Furthermore, MB can stabilize the energetic metabolism and increase ATP synthesis after reoxygenation. When the reperfusion takes place the mitochondrial respiratory chain dysfunction leads to reactive oxygen species (ROS) accumulation. ROS affect mitochondrial membranes, targeting lipid peroxidation and mitochondrial lesions which lead to cytochrome c release in cytosol through mitochondrial permeability transition pore (MPTP), activating caspase 3 to induce apoptosis [54].
MB improves mitochondrial function by inducing peroxisome proliferator-activated receptor γ coactivator 1 PGC1α, a central mediator of mitochondrial biogenesis [56], and downregulates the expression of NACHT, Leucine-rich repeat (LRR), and Pyrin (PYD) dominions that contain protein 3 (NLRP3) an inflammasome produced by bone marrow derivatives from macrophages induced by ATP. In addition, MB might regulate inflammation, influencing the signaling way of pro-inflammatory nuclear factor-κB (NF-κB) and inhibiting caspase-1 activation to reduce apoptosis [57].

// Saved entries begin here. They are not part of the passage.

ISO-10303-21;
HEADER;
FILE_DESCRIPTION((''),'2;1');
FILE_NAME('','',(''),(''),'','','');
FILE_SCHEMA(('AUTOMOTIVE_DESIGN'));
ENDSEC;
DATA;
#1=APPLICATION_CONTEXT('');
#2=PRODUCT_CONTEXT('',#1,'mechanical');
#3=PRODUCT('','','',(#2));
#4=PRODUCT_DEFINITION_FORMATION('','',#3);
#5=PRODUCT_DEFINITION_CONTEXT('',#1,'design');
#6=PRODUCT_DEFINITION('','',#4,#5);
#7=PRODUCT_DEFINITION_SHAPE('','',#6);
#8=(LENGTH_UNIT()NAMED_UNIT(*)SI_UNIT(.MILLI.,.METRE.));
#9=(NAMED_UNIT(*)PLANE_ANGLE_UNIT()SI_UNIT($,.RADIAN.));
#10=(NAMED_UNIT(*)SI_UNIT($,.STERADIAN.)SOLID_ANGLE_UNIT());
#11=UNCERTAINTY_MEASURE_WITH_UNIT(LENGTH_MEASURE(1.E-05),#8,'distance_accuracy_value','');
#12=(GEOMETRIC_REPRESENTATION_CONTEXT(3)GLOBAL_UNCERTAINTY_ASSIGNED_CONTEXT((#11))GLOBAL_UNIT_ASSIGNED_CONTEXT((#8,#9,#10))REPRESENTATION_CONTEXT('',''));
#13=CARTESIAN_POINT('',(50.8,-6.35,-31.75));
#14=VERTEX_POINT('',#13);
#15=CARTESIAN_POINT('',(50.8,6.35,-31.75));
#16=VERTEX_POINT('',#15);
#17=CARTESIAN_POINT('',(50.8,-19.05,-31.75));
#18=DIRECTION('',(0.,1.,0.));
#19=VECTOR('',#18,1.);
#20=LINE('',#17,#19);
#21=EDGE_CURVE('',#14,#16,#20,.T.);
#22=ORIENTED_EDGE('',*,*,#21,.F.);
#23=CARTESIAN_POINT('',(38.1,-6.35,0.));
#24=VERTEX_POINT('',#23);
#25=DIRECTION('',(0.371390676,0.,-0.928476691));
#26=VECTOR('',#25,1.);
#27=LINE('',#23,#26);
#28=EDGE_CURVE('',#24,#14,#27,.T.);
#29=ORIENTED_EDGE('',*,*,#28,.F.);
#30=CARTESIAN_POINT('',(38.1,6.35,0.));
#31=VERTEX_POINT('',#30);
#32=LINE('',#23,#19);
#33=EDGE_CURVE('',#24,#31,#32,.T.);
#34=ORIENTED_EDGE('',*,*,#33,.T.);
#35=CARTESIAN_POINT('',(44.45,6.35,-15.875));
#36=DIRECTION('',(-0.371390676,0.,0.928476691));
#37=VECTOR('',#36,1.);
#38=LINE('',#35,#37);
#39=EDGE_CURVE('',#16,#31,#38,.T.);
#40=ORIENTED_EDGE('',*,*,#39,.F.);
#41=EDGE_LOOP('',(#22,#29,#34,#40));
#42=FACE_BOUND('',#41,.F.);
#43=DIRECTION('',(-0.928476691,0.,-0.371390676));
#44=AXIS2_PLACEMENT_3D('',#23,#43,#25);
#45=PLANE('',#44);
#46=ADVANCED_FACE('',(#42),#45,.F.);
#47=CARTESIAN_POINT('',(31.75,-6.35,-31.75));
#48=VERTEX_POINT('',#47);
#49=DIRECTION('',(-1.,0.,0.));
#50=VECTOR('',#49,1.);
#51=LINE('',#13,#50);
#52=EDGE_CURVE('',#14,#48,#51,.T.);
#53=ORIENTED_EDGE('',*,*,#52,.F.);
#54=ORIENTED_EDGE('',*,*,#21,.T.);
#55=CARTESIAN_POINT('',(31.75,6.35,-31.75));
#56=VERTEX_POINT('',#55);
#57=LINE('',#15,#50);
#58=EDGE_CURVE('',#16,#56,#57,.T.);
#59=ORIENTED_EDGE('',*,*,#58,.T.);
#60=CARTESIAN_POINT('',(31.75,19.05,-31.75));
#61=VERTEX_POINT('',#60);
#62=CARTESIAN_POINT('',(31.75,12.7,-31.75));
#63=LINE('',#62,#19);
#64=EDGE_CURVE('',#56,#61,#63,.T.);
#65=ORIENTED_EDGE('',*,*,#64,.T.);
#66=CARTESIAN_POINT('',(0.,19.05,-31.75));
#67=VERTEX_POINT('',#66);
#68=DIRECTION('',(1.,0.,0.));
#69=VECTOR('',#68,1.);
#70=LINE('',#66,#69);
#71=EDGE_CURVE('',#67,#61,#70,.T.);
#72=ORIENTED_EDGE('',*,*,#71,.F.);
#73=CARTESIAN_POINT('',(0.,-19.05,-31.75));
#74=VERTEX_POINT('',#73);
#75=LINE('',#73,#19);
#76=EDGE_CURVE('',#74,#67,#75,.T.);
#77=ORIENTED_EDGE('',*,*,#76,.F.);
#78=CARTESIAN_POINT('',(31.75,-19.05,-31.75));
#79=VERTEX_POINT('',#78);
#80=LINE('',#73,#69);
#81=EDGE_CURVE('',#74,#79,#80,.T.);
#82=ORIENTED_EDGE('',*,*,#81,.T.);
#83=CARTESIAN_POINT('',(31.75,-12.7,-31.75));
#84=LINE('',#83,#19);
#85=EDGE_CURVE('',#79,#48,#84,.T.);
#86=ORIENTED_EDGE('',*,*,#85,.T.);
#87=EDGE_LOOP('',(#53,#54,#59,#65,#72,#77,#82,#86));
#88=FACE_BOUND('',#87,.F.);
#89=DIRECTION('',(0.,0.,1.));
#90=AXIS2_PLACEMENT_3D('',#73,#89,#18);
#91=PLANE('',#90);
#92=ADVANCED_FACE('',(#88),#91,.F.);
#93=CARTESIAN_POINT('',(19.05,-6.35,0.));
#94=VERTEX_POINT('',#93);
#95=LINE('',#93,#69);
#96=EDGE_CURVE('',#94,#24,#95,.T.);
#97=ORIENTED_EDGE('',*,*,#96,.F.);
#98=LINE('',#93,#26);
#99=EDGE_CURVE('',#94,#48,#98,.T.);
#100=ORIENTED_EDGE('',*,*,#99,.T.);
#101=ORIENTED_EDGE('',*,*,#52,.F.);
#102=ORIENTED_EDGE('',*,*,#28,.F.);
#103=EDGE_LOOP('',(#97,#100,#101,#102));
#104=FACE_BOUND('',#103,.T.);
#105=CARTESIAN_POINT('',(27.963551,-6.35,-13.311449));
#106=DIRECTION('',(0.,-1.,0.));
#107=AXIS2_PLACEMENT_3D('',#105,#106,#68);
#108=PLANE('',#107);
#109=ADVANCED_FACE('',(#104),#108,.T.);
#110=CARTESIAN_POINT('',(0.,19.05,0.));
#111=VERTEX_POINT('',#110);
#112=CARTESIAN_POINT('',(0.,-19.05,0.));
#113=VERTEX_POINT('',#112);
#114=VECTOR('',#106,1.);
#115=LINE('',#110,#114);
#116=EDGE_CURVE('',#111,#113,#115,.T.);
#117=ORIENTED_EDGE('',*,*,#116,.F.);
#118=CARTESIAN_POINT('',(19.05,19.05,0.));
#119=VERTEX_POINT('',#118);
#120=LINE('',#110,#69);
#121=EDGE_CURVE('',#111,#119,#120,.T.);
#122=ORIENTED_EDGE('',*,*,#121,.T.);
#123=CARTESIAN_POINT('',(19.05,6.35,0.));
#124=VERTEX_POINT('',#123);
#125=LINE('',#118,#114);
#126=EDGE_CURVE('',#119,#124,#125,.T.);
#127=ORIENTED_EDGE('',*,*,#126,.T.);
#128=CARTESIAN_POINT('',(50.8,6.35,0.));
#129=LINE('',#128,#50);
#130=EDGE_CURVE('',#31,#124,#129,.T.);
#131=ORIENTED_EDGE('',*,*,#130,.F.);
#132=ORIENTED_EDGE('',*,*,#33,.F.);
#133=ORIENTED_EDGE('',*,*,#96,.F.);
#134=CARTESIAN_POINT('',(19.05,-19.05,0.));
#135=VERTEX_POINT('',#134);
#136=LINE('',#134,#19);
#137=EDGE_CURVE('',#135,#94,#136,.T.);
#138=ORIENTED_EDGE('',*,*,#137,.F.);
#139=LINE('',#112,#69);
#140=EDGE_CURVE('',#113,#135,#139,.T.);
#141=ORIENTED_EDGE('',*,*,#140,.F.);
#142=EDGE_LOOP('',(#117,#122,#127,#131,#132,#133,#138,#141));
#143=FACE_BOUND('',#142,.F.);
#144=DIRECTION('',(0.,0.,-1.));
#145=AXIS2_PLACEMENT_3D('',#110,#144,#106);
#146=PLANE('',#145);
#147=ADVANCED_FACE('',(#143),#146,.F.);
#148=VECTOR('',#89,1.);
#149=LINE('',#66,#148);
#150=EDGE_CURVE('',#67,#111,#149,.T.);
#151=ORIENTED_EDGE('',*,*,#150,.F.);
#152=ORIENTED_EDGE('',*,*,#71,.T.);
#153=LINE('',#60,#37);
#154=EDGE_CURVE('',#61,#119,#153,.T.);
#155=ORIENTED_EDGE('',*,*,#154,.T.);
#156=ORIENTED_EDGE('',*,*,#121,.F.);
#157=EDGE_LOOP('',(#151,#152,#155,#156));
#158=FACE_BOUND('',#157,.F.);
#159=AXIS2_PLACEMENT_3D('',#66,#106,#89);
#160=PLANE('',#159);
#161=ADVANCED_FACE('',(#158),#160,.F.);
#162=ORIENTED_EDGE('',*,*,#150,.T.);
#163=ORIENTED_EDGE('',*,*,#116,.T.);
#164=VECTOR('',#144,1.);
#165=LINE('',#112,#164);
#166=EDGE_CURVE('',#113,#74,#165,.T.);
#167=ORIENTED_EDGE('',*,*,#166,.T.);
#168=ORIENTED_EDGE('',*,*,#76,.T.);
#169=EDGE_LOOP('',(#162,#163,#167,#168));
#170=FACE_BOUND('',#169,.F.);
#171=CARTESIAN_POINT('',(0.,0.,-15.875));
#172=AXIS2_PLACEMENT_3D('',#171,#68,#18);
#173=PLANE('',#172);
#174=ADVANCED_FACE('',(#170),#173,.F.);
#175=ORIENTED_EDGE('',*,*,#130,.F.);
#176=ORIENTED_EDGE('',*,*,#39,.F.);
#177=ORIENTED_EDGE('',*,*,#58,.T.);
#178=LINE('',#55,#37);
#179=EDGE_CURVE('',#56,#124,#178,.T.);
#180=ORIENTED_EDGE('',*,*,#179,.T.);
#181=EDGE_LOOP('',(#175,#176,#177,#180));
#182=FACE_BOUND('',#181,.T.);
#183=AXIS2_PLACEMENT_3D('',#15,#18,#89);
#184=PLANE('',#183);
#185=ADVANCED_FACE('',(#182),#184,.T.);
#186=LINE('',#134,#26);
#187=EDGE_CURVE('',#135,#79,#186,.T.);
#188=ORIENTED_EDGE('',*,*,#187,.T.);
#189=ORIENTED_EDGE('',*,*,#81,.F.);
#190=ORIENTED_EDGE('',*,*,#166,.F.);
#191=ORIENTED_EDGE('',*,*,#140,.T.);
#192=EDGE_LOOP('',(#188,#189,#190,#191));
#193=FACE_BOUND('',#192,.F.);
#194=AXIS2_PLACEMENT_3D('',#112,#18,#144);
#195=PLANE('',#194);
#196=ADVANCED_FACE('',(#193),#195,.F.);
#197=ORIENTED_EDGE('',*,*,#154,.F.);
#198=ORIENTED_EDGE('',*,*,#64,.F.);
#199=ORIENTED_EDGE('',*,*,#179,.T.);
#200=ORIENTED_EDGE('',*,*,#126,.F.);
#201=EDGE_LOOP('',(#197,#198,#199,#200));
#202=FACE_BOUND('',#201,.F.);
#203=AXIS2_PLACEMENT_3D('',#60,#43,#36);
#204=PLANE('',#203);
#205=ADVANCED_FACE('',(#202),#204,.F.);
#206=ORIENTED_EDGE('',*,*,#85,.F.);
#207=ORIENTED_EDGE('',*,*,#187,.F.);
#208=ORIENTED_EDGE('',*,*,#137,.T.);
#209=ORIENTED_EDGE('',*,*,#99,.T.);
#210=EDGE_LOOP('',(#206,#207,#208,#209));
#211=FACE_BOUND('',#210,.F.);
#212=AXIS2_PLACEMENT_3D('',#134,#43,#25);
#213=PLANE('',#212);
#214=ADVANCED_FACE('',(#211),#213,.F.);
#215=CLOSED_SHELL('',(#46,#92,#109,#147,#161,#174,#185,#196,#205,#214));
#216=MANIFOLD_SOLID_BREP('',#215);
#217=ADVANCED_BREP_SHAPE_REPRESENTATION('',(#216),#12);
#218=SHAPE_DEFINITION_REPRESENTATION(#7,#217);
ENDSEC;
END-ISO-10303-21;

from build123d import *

# Parameters (mm, degrees)
F1_DEPTH  = 50.8
F2_W      = 12.7
F2_H      = 31.75
F3_DEPTH  = 19.05
F5_DEPTH  = 12.7
F6_W      = 12.7
F6_H      = 31.75
F7_DEPTH  = 19.05
F9_DEPTH  = 12.7
F11_DEPTH = 25.4


with BuildPart() as f1:
    # F0 (on Right) → F1 (new body)
    with BuildSketch(Plane.YZ):
        Polygon((19.05, 0), (0, 0), (-19.05, 0), (-19.05, -31.75), (19.05, -31.75), align=None)
    extrude(amount=F1_DEPTH)

    # F2 (on face) → F3 (cut)
    with BuildSketch(Plane.YZ.offset(50.8)):
        with Locations((-12.7, -15.875)):
            Rectangle(F2_W, F2_H)
    extrude(amount=-F3_DEPTH, mode=Mode.SUBTRACT)

    # F4 (on face) → F5 (cut)
    with BuildSketch(Plane.XZ.offset(19.05)):
        Polygon((31.75, -31.75), (31.75, 0), (19.05, 0), align=None)
    extrude(amount=-F5_DEPTH, mode=Mode.SUBTRACT)

    # F6 (on face) → F7 (cut)
    with BuildSketch(Plane.YZ.offset(50.8)):
        with Locations((12.7, -15.875)):
            Rectangle(F6_W, F6_H)
    extrude(amount=-F7_DEPTH, mode=Mode.SUBTRACT)

    # F8 (on face) → F9 (cut)
    with BuildSketch(Plane(origin=(0, 19.05, 0), x_dir=(-1, 0, 0), z_dir=(0, 1, 0))):
        Polygon((-19.05, 0), (-31.75, 0), (-31.75, -31.75), align=None)
    extrude(amount=-F9_DEPTH, mode=Mode.SUBTRACT)

    # F10 (on face) → F11 (cut)
    with BuildSketch(Plane.XZ.offset(6.35)):
        Polygon((38.1, 0), (50.8, -31.75), (50.8, 0), align=None)
    extrude(amount=-F11_DEPTH, mode=Mode.SUBTRACT)


solid = f1.part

Post ischemic MB inhibits superoxide production competing with molecular oxygen at the iron-sulfur center of xanthine oxidase, acting as a willing electron acceptor for the last shunting of electron flow from the normal pathway. This switch in favor of an iron-sulfur center allows the anaerobic oxidation of purine substrates, short-circuiting O2 generation at the flavin centers. Leucomethylene blue auto-oxidation produces predominantly hydrogen peroxide to the detriment of superoxide. Due to these facts, MB was proposed to attenuate the reperfusion pathophysiology after lesion in two ways. Thus, if MB is administrated before the ischemia, it causes attenuation of the hypoxanthine accumulation and permits anaerobic breakdown of hypoxanthine and xanthine to uric acid. The second option is related to the administration of MB immediately before injury or reperfusion to prevent superoxide formation [49].
All the effects produced by MB on the mitochondria, respiration, and antioxidant effects, are useful tools to reduce the tissue reaction at the invasiveness of a foreign substance on a living tissue.